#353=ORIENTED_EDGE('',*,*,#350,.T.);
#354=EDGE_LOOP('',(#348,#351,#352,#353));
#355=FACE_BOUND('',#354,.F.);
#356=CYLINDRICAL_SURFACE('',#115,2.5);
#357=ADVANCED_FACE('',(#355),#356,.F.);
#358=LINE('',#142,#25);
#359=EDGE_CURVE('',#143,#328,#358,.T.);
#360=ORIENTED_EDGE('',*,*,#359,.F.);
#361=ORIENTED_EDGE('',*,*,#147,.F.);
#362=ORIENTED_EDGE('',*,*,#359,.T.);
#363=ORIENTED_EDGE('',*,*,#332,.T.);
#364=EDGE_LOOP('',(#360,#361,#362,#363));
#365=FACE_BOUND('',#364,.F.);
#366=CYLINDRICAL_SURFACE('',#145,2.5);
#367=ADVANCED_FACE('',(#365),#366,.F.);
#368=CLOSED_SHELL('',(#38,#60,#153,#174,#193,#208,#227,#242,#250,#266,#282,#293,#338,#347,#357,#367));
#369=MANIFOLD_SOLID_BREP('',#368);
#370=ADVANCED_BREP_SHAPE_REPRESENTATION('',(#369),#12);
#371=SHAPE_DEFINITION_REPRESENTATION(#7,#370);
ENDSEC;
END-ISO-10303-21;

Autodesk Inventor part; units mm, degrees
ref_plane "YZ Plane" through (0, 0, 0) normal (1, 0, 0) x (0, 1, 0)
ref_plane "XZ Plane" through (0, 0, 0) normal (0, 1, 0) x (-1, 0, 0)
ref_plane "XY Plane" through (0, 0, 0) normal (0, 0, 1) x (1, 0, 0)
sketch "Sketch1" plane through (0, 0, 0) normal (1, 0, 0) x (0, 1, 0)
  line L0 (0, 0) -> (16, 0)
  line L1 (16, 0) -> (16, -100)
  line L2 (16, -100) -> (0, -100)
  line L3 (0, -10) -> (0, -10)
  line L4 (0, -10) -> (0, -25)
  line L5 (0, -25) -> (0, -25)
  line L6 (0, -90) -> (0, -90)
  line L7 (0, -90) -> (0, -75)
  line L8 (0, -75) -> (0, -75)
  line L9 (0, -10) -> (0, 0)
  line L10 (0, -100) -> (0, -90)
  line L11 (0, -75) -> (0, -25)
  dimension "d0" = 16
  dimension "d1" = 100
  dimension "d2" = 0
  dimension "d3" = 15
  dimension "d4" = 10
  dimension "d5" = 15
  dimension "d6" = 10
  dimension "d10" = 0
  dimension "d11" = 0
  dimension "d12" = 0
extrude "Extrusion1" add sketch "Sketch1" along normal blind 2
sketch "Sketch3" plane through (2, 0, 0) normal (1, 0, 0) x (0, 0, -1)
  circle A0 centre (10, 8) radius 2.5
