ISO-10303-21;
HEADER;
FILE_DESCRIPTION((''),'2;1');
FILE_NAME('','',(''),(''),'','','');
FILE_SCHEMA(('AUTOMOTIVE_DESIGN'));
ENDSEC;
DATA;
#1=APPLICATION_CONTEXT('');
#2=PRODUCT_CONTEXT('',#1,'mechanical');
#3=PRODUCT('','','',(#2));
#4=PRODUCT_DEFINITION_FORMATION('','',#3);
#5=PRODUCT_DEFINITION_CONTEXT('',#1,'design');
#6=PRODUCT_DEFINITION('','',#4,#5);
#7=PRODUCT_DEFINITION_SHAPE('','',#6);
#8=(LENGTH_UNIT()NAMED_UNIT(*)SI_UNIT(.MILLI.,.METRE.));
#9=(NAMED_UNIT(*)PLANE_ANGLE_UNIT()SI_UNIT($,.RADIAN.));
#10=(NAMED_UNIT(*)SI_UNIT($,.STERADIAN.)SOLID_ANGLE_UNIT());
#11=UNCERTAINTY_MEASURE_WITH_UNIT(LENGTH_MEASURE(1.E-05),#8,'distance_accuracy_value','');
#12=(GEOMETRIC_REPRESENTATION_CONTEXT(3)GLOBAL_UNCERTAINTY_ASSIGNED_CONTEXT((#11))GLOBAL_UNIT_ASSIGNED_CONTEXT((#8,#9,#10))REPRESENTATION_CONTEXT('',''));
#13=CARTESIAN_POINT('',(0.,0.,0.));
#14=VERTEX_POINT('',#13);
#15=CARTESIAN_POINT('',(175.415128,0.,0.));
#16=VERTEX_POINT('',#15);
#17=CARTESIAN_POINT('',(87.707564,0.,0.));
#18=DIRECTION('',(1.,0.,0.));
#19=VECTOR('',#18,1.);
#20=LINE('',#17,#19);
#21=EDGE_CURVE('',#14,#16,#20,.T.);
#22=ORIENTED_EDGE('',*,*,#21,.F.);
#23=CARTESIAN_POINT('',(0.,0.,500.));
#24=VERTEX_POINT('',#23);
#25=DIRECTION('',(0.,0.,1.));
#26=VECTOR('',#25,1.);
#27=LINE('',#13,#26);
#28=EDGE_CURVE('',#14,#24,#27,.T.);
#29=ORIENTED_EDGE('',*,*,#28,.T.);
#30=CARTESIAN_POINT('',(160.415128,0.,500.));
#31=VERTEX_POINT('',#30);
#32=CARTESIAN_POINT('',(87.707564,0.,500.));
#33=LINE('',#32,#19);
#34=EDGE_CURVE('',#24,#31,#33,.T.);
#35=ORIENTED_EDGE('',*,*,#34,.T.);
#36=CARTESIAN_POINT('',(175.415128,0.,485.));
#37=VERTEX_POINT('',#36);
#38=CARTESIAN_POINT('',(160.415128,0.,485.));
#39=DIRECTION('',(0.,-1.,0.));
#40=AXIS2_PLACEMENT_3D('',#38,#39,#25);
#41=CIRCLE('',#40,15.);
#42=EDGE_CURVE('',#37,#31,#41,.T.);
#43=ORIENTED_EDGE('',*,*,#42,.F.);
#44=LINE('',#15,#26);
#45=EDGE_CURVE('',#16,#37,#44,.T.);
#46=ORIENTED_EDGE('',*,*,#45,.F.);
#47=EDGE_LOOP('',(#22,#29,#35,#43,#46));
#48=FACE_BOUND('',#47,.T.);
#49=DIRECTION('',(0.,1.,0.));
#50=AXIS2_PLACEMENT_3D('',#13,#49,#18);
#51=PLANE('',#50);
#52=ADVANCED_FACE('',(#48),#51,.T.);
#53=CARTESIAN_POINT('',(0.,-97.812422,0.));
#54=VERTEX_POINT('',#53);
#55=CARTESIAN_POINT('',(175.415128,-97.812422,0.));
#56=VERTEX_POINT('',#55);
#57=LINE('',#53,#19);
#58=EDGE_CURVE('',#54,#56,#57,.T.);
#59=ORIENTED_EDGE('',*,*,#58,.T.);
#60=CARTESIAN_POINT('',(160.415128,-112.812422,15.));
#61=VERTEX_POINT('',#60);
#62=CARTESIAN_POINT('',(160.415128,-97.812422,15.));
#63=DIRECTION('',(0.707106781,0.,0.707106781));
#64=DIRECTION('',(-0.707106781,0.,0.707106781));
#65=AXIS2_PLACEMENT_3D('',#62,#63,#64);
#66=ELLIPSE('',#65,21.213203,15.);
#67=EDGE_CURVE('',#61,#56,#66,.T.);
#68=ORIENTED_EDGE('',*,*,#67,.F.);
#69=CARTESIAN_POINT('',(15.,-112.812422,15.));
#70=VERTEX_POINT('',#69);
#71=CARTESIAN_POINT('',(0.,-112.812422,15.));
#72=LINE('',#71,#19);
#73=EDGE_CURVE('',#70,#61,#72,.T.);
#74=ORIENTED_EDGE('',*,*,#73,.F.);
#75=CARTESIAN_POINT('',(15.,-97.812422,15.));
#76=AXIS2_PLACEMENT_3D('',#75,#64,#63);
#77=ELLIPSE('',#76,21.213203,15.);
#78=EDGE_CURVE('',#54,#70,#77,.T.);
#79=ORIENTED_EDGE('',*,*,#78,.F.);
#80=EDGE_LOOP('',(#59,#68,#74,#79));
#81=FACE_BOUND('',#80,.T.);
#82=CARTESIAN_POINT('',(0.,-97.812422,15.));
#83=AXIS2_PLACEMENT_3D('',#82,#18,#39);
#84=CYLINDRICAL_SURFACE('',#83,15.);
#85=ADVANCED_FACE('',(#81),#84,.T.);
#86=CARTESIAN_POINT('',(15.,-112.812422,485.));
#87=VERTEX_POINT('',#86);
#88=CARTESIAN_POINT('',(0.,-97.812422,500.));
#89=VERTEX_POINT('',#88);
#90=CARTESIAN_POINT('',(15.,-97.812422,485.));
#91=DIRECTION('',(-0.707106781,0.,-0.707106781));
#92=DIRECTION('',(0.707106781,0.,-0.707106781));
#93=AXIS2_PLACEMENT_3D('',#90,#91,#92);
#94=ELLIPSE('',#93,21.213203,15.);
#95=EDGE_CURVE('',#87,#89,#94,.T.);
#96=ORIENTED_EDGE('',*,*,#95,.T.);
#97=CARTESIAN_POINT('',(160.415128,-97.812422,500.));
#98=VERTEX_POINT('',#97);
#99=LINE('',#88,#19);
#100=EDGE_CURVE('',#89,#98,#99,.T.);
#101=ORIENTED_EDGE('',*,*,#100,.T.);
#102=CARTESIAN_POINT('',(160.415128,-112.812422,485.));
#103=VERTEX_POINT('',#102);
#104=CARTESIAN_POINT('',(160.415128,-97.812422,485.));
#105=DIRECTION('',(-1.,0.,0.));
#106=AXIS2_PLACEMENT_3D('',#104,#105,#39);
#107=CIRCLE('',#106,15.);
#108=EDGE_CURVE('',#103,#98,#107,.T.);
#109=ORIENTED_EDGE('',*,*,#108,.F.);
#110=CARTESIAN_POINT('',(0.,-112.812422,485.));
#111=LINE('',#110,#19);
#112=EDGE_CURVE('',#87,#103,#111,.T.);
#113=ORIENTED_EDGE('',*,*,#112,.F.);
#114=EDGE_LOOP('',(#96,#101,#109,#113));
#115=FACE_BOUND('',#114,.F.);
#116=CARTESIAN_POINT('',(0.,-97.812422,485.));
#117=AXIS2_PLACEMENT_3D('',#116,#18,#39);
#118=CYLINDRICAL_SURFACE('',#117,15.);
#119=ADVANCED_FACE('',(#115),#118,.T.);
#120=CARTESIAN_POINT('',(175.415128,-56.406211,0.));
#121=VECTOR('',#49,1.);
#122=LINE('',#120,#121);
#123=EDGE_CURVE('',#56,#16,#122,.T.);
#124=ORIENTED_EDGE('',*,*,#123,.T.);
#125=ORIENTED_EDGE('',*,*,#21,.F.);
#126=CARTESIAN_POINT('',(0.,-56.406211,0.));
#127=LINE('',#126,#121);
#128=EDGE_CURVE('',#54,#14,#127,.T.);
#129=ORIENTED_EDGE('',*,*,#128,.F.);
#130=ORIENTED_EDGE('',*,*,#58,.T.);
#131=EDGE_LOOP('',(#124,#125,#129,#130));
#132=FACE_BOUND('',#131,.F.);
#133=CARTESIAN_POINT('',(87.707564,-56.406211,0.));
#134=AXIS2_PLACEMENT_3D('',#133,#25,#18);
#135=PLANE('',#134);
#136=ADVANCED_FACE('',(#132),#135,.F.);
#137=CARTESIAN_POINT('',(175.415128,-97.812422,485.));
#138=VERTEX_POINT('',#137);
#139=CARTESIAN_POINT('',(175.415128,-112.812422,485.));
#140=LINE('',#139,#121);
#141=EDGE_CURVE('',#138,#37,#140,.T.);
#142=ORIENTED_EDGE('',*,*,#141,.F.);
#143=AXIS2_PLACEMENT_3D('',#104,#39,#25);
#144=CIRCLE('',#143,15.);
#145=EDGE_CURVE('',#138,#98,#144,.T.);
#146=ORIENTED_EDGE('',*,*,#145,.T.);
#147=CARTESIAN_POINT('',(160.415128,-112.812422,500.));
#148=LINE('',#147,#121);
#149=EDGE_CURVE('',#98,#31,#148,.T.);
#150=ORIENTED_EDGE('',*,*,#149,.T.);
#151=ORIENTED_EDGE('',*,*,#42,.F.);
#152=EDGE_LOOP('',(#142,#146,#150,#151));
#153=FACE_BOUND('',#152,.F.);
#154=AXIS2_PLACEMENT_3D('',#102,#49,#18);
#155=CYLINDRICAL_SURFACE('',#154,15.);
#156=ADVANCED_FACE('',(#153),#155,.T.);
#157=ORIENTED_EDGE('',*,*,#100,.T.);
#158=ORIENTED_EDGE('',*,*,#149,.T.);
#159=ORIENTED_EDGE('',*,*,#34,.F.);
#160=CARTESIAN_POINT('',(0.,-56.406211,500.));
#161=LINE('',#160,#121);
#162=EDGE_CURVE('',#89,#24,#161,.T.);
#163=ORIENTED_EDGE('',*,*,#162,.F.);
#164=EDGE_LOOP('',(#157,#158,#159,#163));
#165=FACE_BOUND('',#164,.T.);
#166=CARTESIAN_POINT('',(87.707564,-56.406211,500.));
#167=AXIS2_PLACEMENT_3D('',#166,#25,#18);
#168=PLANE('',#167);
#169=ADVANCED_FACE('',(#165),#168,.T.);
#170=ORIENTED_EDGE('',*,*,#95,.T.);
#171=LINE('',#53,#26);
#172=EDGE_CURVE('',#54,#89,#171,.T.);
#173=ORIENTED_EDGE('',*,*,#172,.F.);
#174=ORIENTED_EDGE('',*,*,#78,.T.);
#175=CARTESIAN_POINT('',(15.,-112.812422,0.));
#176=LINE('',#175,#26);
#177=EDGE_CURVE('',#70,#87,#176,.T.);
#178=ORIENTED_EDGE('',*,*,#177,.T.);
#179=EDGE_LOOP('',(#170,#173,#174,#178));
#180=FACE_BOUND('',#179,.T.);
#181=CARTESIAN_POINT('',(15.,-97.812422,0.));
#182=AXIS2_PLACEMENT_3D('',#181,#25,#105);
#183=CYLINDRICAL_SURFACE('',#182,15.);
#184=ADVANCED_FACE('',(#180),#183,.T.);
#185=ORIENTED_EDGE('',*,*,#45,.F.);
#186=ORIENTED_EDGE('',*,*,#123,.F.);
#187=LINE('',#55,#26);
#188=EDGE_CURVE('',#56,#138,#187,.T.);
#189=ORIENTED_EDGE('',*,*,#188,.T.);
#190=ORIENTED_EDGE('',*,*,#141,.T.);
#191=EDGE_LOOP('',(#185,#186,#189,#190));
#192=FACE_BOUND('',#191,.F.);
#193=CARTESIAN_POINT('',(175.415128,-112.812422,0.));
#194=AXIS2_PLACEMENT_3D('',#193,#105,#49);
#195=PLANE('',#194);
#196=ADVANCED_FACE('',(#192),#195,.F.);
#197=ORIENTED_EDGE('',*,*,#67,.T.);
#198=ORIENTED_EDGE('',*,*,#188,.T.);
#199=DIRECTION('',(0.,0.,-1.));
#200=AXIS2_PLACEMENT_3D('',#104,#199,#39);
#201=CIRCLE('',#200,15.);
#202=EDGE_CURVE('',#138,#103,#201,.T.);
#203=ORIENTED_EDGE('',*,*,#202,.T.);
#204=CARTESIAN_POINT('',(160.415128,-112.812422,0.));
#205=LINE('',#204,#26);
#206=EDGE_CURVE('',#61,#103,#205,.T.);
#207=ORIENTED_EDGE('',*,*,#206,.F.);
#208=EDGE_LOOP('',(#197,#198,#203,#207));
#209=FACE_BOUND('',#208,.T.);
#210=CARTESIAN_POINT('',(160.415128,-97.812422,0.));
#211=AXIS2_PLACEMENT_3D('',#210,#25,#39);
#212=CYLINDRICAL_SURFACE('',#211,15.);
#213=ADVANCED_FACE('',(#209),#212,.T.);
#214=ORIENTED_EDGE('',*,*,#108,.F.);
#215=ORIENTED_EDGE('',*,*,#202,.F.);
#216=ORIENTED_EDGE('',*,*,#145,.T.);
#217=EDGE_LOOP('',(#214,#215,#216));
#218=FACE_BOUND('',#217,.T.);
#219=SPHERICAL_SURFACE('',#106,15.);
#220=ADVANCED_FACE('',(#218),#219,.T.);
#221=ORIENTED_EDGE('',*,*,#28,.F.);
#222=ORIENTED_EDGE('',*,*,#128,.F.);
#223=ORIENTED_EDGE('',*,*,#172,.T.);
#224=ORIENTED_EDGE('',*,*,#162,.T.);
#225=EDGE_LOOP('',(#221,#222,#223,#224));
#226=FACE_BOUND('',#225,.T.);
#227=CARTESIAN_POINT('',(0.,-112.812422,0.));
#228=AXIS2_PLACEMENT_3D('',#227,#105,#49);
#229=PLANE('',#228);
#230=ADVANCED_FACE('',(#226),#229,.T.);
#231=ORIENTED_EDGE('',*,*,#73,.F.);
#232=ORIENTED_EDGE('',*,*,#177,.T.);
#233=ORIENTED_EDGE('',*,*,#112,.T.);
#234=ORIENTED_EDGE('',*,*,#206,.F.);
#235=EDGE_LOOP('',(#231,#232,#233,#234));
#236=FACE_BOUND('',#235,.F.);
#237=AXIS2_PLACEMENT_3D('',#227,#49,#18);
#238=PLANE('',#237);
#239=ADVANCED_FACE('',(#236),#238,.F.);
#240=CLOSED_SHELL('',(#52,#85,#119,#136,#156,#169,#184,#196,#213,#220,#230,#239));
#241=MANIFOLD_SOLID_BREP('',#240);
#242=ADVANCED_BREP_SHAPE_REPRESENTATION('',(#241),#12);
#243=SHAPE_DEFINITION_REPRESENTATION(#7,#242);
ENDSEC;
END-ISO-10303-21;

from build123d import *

# Parameters (mm, degrees)
F0_W     = 175.415128
F0_H     = 112.812422
F1_DEPTH = 500
F2_R     = 15


with BuildPart() as f1:
    # F0 (on Top) → F1 (new body)
    with BuildSketch(Plane.XY):
        with Locations((87.707564, -56.406211)):
            Rectangle(F0_W, F0_H)
    extrude(amount=F1_DEPTH)

    # F2
    f2_edges = [f1.edges().sort_by_distance(p)[0] for p in [
        (87.707564, -112.812422, 500),
        (0, -112.812422, 250),
        (175.415128, -112.812422, 250),
        (87.707564, -112.812422, 0),
        (175.415128, -56.406211, 500),
    ]]
    fillet(f2_edges, radius=F2_R)


solid = f1.part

::::::::

Problem statement: In the entries above, please find the line with "#371=SHAPE_DEFINITION_REPRESENTATION(#7,#370);" and the line with "1) x (1, 0, 0)", then write out exactly those two lines and every line between them, and nothing more.

Answer to the problem:
#371=SHAPE_DEFINITION_REPRESENTATION(#7,#370);
ENDSEC;
END-ISO-10303-21;

Autodesk Inventor part; units mm, degrees
ref_plane "YZ Plane" through (0, 0, 0) normal (1, 0, 0) x (0, 1, 0)
ref_plane "XZ Plane" through (0, 0, 0) normal (0, 1, 0) x (-1, 0, 0)
ref_plane "XY Plane" through (0, 0, 0) normal (0, 0, 1) x (1, 0, 0)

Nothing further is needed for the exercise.